(WHAT NEEDS TO BE DONE):
Produce a verbatim transcription of all records.

Items from a dataset
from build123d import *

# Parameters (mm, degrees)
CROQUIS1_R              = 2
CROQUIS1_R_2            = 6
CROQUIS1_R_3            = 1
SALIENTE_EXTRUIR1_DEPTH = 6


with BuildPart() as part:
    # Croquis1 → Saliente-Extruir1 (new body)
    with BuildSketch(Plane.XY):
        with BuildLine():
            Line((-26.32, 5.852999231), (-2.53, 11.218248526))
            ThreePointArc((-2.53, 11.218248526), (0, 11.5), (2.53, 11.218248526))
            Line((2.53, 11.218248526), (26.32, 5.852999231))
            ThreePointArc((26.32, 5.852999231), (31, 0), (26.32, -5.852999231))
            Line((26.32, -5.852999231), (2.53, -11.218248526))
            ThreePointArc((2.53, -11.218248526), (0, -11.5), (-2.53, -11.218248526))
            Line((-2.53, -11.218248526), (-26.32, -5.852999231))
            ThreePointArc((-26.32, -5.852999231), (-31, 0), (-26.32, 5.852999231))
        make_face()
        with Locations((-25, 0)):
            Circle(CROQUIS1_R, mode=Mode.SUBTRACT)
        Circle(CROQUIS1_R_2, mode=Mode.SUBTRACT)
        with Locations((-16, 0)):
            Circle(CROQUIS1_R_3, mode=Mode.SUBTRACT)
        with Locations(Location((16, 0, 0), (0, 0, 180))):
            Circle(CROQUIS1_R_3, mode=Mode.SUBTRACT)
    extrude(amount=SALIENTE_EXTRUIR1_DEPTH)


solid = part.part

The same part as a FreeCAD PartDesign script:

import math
import FreeCAD as App
import Part
import Sketcher

V = App.Vector

doc = App.newDocument("Part")
body = doc.addObject("PartDesign::Body", "Body")

sketch1 = body.newObject("Sketcher::SketchObject", "Sketch")
sketch1.AttachmentSupport = (doc.getObject("XY_Plane"), [""])
sketch1.MapMode = "FlatFace"
sketch1.addGeometry(Part.LineSegment(V(-2.5, 11.2, 0), V(-26.3, 5.9, 0)), False)
sketch1.addGeometry(Part.ArcOfCircle(Part.Circle(V(-25, 0, 0), V(0, 0, 1), 6), math.radians(103), math.radians(257)), False)
sketch1.addGeometry(Part.LineSegment(V(-26.3, -5.9, 0), V(-2.5, -11.2, 0)), False)
sketch1.addGeometry(Part.ArcOfCircle(Part.Circle(V(0, 0, 0), V(0, 0, 1), 11.5), math.radians(-103), math.radians(-77)), False)
sketch1.addGeometry(Part.LineSegment(V(2.5, -11.2, 0), V(26.3, -5.9, 0)), False)
sketch1.addGeometry(Part.ArcOfCircle(Part.Circle(V(25, 0, 0), V(0, 0, 1), 6), math.radians(-77), math.radians(77)), False)
sketch1.addGeometry(Part.LineSegment(V(26.3, 5.9, 0), V(2.5, 11.2, 0)), False)
sketch1.addGeometry(Part.ArcOfCircle(Part.Circle(V(0, 0, 0), V(0, 0, 1), 11.5), math.radians(77), math.radians(103)), False)
sketch1.addGeometry(Part.Circle(V(16, 0, 0), V(0, 0, 1), 1), False)
sketch1.addGeometry(Part.Circle(V(0, 0, 0), V(0, 0, 1), 6), False)
sketch1.addGeometry(Part.Circle(V(-16, 0, 0), V(0, 0, 1), 1), False)
sketch1.addGeometry(Part.Circle(V(-25, 0, 0), V(0, 0, 1), 2), False)
sketch1.addConstraint(Sketcher.Constraint("Tangent", 0, 2, 1, 1))
sketch1.addConstraint(Sketcher.Constraint("Tangent", 1, 2, 2, 1))
sketch1.addConstraint(Sketcher.Constraint("Tangent", 2, 2, 3, 1))
sketch1.addConstraint(Sketcher.Constraint("Tangent", 3, 2, 4, 1))
sketch1.addConstraint(Sketcher.Constraint("Tangent", 4, 2, 5, 1))
sketch1.addConstraint(Sketcher.Constraint("Tangent", 5, 2, 6, 1))
sketch1.addConstraint(Sketcher.Constraint("Tangent", 6, 2, 7, 1))
sketch1.addConstraint(Sketcher.Constraint("Tangent", 7, 2, 0, 1))
sketch1.addConstraint(Sketcher.Constraint("Coincident", 3, 3, -1, 1))
sketch1.addConstraint(Sketcher.Constraint("Coincident", 7, 3, -1, 1))
sketch1.addConstraint(Sketcher.Constraint("Coincident", 9, 3, -1, 1))
sketch1.addConstraint(Sketcher.Constraint("Coincident", 11, 3, 1, 3))
sketch1.addConstraint(Sketcher.Constraint("Equal", 1, 5))
sketch1.addConstraint(Sketcher.Constraint("Equal", 3, 7))
sketch1.addConstraint(Sketcher.Constraint("Equal", 5, 9))
sketch1.addConstraint(Sketcher.Constraint("Equal", 8, 10))
sketch1.addConstraint(Sketcher.Constraint("Symmetric", 1, 3, 5, 3, -1, 1))
sketch1.addConstraint(Sketcher.Constraint("Symmetric", 8, 3, 10, 3, -1, 1))
sketch1.addConstraint(Sketcher.Constraint("PointOnObject", 1, 3, -1))
sketch1.addConstraint(Sketcher.Constraint("PointOnObject", 8, 3, -1))
sketch1.addConstraint(Sketcher.Constraint("Diameter", 8, 2.0))
sketch1.addConstraint(Sketcher.Constraint("Diameter", 9, 12.0))
sketch1.addConstraint(Sketcher.Constraint("Diameter", 11, 4.0))
sketch1.addConstraint(Sketcher.Constraint("Radius", 3, 11.5))
sketch1.addConstraint(Sketcher.Constraint("DistanceX", 1, 3, -1, 1, 25.0))
sketch1.addConstraint(Sketcher.Constraint("DistanceX", -1, 1, 8, 3, 16.0))
pad1 = body.newObject("PartDesign::Pad", "Pad")
pad1.Profile = sketch1
pad1.Length = 6

doc.recompute()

(SOLUTION TO THE PROBLEM):
from build123d import *

# Parameters (mm, degrees)
CROQUIS1_R              = 2
CROQUIS1_R_2            = 6
CROQUIS1_R_3            = 1
SALIENTE_EXTRUIR1_DEPTH = 6


with BuildPart() as part:
    # Croquis1 → Saliente-Extruir1 (new body)
    with BuildSketch(Plane.XY):
        with BuildLine():
            Line((-26.32, 5.852999231), (-2.53, 11.218248526))
            ThreePointArc((-2.53, 11.218248526), (0, 11.5), (2.53, 11.218248526))
            Line((2.53, 11.218248526), (26.32, 5.852999231))
            ThreePointArc((26.32, 5.852999231), (31, 0), (26.32, -5.852999231))
            Line((26.32, -5.852999231), (2.53, -11.218248526))
            ThreePointArc((2.53, -11.218248526), (0, -11.5), (-2.53, -11.218248526))
            Line((-2.53, -11.218248526), (-26.32, -5.852999231))
            ThreePointArc((-26.32, -5.852999231), (-31, 0), (-26.32, 5.852999231))
        make_face()
        with Locations((-25, 0)):
            Circle(CROQUIS1_R, mode=Mode.SUBTRACT)
        Circle(CROQUIS1_R_2, mode=Mode.SUBTRACT)
        with Locations((-16, 0)):
            Circle(CROQUIS1_R_3, mode=Mode.SUBTRACT)
        with Locations(Location((16, 0, 0), (0, 0, 180))):
            Circle(CROQUIS1_R_3, mode=Mode.SUBTRACT)
    extrude(amount=SALIENTE_EXTRUIR1_DEPTH)


solid = part.part

The same part as a FreeCAD PartDesign script:

import math
import FreeCAD as App
import Part
import Sketcher

V = App.Vector

doc = App.newDocument("Part")
body = doc.addObject("PartDesign::Body", "Body")

sketch1 = body.newObject("Sketcher::SketchObject", "Sketch")
sketch1.AttachmentSupport = (doc.getObject("XY_Plane"), [""])
sketch1.MapMode = "FlatFace"
sketch1.addGeometry(Part.LineSegment(V(-2.5, 11.2, 0), V(-26.3, 5.9, 0)), False)
sketch1.addGeometry(Part.ArcOfCircle(Part.Circle(V(-25, 0, 0), V(0, 0, 1), 6), math.radians(103), math.radians(257)), False)
sketch1.addGeometry(Part.LineSegment(V(-26.3, -5.9, 0), V(-2.5, -11.2, 0)), False)
sketch1.addGeometry(Part.ArcOfCircle(Part.Circle(V(0, 0, 0), V(0, 0, 1), 11.5), math.radians(-103), math.radians(-77)), False)
sketch1.addGeometry(Part.LineSegment(V(2.5, -11.2, 0), V(26.3, -5.9, 0)), False)
sketch1.addGeometry(Part.ArcOfCircle(Part.Circle(V(25, 0, 0), V(0, 0, 1), 6), math.radians(-77), math.radians(77)), False)
sketch1.addGeometry(Part.LineSegment(V(26.3, 5.9, 0), V(2.5, 11.2, 0)), False)
sketch1.addGeometry(Part.ArcOfCircle(Part.Circle(V(0, 0, 0), V(0, 0, 1), 11.5), math.radians(77), math.radians(103)), False)
sketch1.addGeometry(Part.Circle(V(16, 0, 0), V(0, 0, 1), 1), False)
sketch1.addGeometry(Part.Circle(V(0, 0, 0), V(0, 0, 1), 6), False)
sketch1.addGeometry(Part.Circle(V(-16, 0, 0), V(0, 0, 1), 1), False)
sketch1.addGeometry(Part.Circle(V(-25, 0, 0), V(0, 0, 1), 2), False)
sketch1.addConstraint(Sketcher.Constraint("Tangent", 0, 2, 1, 1))
sketch1.addConstraint(Sketcher.Constraint("Tangent", 1, 2, 2, 1))
sketch1.addConstraint(Sketcher.Constraint("Tangent", 2, 2, 3, 1))
sketch1.addConstraint(Sketcher.Constraint("Tangent", 3, 2, 4, 1))
sketch1.addConstraint(Sketcher.Constraint("Tangent", 4, 2, 5, 1))
sketch1.addConstraint(Sketcher.Constraint("Tangent", 5, 2, 6, 1))
sketch1.addConstraint(Sketcher.Constraint("Tangent", 6, 2, 7, 1))
sketch1.addConstraint(Sketcher.Constraint("Tangent", 7, 2, 0, 1))
sketch1.addConstraint(Sketcher.Constraint("Coincident", 3, 3, -1, 1))
sketch1.addConstraint(Sketcher.Constraint("Coincident", 7, 3, -1, 1))
sketch1.addConstraint(Sketcher.Constraint("Coincident", 9, 3, -1, 1))
sketch1.addConstraint(Sketcher.Constraint("Coincident", 11, 3, 1, 3))
sketch1.addConstraint(Sketcher.Constraint("Equal", 1, 5))
sketch1.addConstraint(Sketcher.Constraint("Equal", 3, 7))
sketch1.addConstraint(Sketcher.Constraint("Equal", 5, 9))
sketch1.addConstraint(Sketcher.Constraint("Equal", 8, 10))
sketch1.addConstraint(Sketcher.Constraint("Symmetric", 1, 3, 5, 3, -1, 1))
sketch1.addConstraint(Sketcher.Constraint("Symmetric", 8, 3, 10, 3, -1, 1))
sketch1.addConstraint(Sketcher.Constraint("PointOnObject", 1, 3, -1))
sketch1.addConstraint(Sketcher.Constraint("PointOnObject", 8, 3, -1))
sketch1.addConstraint(Sketcher.Constraint("Diameter", 8, 2.0))
sketch1.addConstraint(Sketcher.Constraint("Diameter", 9, 12.0))
sketch1.addConstraint(Sketcher.Constraint("Diameter", 11, 4.0))
sketch1.addConstraint(Sketcher.Constraint("Radius", 3, 11.5))
sketch1.addConstraint(Sketcher.Constraint("DistanceX", 1, 3, -1, 1, 25.0))
sketch1.addConstraint(Sketcher.Constraint("DistanceX", -1, 1, 8, 3, 16.0))
pad1 = body.newObject("PartDesign::Pad", "Pad")
pad1.Profile = sketch1
pad1.Length = 6

doc.recompute()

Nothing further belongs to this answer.